We followed the following steps to capture network traffic

  1. Start a capture by running
netsh trace start scenario=NetConnection,LAN,InternetServer capture=yes report=yes persistent=no maxsize=1024 correlation=yes traceFile=C:\logs\trace.etl

This creates a trace file C:\logs\trace.etl until it reaches 1GB in size (maxsize=1024).

  1. Replicate the issue by invoking the test Lambda function

  2. Stop the capture by running

netsh trace stop

The .etl file can be converted to a .pcap using MMA because Wireshark can only open .pcap files.

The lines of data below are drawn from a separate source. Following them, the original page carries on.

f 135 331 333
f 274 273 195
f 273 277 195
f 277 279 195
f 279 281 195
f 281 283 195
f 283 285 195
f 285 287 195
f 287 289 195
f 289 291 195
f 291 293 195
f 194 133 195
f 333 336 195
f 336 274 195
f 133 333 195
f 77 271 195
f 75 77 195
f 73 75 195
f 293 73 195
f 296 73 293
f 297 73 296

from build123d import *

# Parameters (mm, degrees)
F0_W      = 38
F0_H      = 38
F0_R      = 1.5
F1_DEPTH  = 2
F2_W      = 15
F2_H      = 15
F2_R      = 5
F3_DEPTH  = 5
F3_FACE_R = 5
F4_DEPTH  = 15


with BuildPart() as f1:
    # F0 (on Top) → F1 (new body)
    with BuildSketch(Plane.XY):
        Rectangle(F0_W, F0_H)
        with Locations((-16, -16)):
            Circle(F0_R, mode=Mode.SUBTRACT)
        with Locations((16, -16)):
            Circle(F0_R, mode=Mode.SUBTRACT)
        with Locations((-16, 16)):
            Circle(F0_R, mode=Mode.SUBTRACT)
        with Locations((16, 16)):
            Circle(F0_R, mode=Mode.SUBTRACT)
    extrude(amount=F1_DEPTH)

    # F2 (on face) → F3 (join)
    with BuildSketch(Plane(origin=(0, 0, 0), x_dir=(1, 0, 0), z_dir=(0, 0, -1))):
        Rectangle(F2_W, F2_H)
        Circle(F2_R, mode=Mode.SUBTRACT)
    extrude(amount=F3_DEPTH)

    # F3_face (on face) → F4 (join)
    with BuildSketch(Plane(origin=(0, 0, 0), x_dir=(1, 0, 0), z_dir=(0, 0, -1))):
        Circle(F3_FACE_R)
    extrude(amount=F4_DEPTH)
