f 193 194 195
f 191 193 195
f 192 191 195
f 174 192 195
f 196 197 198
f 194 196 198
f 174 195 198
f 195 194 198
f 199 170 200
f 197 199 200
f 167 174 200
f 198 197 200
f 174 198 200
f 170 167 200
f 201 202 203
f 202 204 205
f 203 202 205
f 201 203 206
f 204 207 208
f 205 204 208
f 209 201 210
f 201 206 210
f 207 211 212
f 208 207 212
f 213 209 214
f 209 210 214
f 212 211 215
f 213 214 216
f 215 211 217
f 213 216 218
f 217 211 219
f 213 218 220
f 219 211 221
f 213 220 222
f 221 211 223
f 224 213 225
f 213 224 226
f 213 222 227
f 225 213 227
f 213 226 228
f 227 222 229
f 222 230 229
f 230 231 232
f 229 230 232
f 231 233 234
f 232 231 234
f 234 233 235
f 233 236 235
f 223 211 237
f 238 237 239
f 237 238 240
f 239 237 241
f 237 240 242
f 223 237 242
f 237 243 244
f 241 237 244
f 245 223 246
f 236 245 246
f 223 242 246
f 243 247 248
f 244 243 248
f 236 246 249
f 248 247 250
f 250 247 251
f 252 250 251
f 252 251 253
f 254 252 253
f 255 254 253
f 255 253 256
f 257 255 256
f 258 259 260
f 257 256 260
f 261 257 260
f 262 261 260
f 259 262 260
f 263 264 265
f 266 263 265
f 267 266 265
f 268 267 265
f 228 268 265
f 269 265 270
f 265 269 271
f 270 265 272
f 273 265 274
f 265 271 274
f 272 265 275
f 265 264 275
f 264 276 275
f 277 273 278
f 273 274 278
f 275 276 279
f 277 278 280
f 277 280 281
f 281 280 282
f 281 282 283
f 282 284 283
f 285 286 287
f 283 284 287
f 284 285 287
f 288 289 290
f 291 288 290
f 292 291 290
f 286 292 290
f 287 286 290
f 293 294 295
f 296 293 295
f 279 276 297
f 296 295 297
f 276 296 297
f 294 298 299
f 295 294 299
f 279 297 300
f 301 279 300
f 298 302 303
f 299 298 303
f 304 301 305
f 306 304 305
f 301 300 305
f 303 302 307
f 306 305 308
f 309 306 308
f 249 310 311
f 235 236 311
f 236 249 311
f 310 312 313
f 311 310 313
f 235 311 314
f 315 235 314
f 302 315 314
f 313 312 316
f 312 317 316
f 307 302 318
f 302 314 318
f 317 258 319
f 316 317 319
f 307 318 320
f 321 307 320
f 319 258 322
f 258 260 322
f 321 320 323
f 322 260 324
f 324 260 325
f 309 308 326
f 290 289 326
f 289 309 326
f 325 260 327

It showed something like the following

Packet capture

Target Packet Capture

Basically, there were so many connections being opened by the NLB and were getting terminated by the host. Zooming in to a specific stream:

Packet capture (single TCP stream)

Resolution

At this point it was pretty clear that there was something wrong with the host instances. Since we use Silver AMIs (customised AWS Golden AMIs) we were not sure it was due to some configuration that we did. So we set up target instances for the NLB using (i) a stock AWS Windows 2016 AMI running the default IIS Website and (ii) an Ubuntu AMI running a simple python web server (this can be done without any extra tools by running # python3 -m http.server as python3 is shipped with Ubuntu).

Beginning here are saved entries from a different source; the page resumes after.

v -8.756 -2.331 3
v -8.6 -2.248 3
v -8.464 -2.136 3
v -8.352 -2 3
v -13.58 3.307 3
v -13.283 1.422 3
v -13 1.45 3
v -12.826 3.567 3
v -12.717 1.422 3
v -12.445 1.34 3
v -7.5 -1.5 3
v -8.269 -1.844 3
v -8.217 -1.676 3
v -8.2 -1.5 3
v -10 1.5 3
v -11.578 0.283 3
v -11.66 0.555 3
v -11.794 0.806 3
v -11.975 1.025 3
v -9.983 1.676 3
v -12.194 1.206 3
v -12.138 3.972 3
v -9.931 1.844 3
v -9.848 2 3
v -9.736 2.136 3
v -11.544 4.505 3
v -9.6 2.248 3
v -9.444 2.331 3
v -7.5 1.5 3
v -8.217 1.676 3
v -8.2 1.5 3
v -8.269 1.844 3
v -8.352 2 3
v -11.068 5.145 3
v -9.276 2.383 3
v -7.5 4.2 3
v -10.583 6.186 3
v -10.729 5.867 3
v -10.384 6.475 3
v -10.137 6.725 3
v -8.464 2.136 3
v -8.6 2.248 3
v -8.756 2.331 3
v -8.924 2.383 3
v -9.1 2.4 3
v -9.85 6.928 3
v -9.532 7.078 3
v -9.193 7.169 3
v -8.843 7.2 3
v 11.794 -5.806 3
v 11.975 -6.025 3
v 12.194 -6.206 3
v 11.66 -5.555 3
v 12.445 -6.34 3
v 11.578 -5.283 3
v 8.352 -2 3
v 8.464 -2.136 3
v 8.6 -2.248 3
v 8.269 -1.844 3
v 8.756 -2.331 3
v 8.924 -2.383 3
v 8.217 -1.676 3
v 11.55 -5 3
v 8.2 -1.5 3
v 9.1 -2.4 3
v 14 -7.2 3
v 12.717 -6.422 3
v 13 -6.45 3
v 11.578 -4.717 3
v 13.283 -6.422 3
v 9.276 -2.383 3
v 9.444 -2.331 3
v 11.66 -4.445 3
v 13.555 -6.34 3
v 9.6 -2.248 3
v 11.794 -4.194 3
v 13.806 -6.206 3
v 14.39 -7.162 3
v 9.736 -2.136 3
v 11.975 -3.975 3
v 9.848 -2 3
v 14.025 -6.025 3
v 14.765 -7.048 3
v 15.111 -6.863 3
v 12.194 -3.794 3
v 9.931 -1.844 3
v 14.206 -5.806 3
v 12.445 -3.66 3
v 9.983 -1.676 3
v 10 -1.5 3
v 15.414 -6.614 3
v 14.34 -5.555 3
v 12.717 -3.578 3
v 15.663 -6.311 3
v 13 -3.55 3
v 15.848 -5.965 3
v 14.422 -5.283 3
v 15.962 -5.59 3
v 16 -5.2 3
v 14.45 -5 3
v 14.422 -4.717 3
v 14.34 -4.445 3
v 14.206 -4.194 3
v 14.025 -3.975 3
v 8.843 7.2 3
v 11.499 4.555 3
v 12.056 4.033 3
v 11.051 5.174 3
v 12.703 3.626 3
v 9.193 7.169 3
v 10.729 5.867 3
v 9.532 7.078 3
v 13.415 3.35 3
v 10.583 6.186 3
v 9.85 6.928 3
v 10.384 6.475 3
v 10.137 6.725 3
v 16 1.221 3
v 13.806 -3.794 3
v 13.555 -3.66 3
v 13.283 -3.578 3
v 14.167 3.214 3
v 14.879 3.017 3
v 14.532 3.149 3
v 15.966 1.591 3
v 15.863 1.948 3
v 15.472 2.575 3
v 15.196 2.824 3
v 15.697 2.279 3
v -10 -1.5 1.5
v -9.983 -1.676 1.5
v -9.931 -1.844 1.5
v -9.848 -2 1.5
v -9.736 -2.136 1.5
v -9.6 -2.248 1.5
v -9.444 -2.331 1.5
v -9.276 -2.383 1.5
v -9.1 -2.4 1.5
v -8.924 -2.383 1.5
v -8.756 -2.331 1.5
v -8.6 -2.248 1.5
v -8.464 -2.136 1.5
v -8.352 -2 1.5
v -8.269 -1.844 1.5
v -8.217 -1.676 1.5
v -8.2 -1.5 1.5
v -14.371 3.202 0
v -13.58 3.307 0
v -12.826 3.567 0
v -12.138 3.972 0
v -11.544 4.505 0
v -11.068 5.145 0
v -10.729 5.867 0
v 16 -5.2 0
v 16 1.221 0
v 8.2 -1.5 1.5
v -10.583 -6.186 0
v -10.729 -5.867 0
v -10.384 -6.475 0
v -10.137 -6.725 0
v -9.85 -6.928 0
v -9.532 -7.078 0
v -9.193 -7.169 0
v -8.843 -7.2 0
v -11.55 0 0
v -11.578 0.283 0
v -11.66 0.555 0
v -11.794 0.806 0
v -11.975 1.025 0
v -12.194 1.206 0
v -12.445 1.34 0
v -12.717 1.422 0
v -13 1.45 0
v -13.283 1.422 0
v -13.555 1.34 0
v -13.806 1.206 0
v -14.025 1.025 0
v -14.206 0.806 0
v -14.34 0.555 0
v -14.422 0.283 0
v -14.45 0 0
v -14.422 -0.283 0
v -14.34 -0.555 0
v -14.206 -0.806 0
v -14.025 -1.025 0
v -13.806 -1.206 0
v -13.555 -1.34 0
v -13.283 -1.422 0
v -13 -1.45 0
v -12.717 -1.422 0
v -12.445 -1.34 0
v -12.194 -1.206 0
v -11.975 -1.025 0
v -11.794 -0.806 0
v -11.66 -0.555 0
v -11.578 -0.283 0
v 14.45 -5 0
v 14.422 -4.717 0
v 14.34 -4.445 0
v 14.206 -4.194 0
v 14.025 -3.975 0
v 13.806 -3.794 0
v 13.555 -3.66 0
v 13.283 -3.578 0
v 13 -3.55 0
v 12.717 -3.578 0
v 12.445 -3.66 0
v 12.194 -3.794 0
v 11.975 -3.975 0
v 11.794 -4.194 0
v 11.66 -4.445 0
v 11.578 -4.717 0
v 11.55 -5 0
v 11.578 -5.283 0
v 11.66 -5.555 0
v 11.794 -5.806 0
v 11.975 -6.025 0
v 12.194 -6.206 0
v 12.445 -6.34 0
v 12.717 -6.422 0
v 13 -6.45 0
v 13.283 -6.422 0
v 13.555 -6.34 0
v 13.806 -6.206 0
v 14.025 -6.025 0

What we noticed with NLB TCP RSTs was quite interesting:

NLB metrics (Target reset count)

TCP RSTs with different targets

Even with the stock Windows AMI, TCP RSTs were still happening. They decreased when NLB cross-zone load balancing was disabled (point a.) but almost doubled with cross-zone load balancing (point b.). And surprisingly, there were no TCP RSTs with Ubuntu server (point c.).

Also interesting was this behaviour happening even when no traffic was being injected. This meant two things:

  1. NLB was sending too many (relatively) TCP connection requests without any other traffic to the targets

  2. There was (probably) something different of how Windows handles and responds to those TCP connection requests

The many connections must be the NLB health checks. These cannot be disabled in NLBs. What we realised then is (and what we didn’t pay enough attention to initially) was that the NLB health check is of type TCP. TCP health checks shouldn’t have any problem as it works absolutely fine as we noticed with the Ubuntu host and there’s no documented misbehaviour. Besides, it is the default health check type. Thinking why not, we changed health check type to HTTP and it did the trick!

NLB metrics (improved)

TCP RSTs with HTTP health check

The TCP RSTs from the Windows host went to zero.

Lessons learnt

This was an annoying issue yet the investigation was quite interesting. The key finding was that you shouldn’t be using TCP health checks for Windows hosts (at least for the specific EC2/Windows Server configuration that we used).